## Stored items
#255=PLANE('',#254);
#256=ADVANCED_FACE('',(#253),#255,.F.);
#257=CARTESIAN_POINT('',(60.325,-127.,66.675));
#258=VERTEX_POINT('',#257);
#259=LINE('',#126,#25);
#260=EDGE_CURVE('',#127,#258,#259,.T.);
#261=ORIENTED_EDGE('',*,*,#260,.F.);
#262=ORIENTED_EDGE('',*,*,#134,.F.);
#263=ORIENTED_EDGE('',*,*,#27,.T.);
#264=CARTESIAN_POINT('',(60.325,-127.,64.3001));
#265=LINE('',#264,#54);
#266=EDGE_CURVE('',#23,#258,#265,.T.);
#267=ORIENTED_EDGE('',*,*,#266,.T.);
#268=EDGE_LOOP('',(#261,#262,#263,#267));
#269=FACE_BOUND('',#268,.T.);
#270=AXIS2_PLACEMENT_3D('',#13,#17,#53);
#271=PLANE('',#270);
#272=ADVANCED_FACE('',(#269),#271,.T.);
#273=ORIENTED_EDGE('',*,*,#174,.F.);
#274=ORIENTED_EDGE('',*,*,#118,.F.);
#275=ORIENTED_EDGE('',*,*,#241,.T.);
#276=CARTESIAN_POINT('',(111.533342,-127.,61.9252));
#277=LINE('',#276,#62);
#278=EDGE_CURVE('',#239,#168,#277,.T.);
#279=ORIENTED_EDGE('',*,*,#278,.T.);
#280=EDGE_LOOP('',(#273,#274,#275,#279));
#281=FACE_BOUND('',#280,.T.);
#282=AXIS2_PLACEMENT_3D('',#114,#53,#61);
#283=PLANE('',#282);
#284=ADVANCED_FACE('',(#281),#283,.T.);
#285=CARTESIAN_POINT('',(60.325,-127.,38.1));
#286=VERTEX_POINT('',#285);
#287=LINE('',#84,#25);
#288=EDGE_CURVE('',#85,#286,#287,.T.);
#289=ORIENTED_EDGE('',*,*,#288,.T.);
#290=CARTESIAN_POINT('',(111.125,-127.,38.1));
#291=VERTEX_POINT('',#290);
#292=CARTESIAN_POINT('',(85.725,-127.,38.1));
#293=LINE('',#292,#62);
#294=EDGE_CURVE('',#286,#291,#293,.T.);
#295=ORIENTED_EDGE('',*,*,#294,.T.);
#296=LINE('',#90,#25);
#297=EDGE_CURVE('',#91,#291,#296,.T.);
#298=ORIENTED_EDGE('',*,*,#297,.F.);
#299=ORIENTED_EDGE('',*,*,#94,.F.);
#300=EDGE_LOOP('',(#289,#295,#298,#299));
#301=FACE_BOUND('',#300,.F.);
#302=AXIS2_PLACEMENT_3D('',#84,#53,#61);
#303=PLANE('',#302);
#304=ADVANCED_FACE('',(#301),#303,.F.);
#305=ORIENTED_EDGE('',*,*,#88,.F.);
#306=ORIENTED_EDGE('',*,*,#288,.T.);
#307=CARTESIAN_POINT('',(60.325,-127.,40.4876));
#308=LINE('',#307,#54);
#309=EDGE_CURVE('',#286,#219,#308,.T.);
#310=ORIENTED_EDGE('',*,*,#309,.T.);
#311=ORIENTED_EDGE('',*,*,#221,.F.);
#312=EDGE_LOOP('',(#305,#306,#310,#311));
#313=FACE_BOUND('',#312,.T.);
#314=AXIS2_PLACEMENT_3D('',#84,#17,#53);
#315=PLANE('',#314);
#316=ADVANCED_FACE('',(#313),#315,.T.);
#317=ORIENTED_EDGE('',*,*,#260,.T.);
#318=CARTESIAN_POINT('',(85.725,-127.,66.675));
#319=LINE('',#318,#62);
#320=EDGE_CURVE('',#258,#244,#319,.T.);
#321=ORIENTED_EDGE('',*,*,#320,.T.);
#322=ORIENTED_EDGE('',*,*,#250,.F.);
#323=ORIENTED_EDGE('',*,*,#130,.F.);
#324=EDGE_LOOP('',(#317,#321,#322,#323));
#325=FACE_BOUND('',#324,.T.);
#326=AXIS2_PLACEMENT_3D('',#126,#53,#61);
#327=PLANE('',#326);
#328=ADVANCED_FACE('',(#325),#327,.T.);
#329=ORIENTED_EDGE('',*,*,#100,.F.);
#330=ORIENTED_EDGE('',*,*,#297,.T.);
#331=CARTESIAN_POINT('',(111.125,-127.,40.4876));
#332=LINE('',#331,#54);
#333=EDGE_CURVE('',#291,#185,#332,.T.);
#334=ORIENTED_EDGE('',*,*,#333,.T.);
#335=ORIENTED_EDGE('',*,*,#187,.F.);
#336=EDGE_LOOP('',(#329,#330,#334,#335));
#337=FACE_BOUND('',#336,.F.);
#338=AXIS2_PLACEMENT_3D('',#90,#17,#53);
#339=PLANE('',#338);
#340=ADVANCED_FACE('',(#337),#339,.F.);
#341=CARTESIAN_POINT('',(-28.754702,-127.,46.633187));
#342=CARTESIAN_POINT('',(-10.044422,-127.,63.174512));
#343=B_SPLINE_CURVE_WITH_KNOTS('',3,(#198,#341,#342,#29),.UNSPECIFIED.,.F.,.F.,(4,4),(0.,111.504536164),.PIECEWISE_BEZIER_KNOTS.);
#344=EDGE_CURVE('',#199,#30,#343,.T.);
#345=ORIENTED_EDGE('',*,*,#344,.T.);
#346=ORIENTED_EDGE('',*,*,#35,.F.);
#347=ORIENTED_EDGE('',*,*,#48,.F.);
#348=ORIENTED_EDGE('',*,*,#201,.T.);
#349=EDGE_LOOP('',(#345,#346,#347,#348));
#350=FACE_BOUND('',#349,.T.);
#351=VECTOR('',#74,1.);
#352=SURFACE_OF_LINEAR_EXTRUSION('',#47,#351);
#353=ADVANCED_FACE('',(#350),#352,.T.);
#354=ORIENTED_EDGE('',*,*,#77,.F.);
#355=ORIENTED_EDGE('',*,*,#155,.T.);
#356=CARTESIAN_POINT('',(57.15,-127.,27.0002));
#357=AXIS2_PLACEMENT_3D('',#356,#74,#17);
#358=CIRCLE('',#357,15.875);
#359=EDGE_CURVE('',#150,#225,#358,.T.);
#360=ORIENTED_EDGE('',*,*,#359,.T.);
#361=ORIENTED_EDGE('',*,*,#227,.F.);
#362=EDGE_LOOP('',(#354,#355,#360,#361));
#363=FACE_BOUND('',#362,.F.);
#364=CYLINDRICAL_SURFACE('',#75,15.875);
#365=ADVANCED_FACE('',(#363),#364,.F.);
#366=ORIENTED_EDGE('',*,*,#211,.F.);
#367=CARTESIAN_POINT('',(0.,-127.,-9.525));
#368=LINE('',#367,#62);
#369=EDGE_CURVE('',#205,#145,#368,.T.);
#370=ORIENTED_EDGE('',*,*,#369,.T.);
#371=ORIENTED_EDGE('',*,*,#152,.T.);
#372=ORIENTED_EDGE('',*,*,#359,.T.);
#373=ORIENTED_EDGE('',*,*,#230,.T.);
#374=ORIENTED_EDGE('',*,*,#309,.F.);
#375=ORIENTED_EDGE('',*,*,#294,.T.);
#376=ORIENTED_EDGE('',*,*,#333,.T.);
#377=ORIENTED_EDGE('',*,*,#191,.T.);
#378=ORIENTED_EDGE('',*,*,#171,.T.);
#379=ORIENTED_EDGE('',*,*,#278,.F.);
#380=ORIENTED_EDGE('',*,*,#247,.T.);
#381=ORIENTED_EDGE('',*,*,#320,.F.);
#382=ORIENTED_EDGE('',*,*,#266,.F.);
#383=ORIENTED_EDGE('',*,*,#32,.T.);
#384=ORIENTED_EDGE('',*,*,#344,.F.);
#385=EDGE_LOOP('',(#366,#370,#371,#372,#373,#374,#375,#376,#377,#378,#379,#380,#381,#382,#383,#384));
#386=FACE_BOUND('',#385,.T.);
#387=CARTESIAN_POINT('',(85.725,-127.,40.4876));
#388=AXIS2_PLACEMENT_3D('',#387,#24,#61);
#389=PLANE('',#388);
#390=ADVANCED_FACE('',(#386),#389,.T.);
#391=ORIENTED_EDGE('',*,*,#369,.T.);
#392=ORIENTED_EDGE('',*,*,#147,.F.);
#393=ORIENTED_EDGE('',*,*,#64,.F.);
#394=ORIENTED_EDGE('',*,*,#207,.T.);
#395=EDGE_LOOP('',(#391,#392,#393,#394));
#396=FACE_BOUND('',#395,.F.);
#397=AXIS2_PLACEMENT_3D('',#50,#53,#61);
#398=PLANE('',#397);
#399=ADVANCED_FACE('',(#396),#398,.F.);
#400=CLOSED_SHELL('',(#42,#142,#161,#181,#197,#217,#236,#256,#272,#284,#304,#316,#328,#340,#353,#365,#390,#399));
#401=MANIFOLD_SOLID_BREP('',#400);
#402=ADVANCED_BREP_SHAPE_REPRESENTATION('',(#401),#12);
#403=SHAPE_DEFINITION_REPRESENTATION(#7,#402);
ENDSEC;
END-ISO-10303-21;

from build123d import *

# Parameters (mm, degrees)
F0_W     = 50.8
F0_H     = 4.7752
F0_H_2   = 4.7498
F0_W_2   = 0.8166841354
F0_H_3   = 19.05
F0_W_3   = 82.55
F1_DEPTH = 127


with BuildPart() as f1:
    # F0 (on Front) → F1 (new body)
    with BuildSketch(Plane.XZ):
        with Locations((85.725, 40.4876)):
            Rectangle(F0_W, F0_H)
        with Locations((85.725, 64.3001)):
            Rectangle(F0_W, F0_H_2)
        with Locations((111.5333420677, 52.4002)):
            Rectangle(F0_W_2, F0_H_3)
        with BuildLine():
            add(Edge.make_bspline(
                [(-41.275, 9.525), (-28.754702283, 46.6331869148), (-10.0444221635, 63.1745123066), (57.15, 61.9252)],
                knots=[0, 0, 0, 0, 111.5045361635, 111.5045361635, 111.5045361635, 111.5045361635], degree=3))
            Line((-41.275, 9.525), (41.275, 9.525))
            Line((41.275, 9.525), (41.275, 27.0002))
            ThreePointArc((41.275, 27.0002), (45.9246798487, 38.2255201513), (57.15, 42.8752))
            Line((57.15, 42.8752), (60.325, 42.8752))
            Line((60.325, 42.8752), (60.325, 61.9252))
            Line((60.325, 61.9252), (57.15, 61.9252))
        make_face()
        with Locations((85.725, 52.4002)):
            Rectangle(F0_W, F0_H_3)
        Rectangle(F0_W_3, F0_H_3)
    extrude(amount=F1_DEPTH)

## Problem to solve
Count the lines above in which the word "Rectangle" appears, then state only that count.

## Written response
5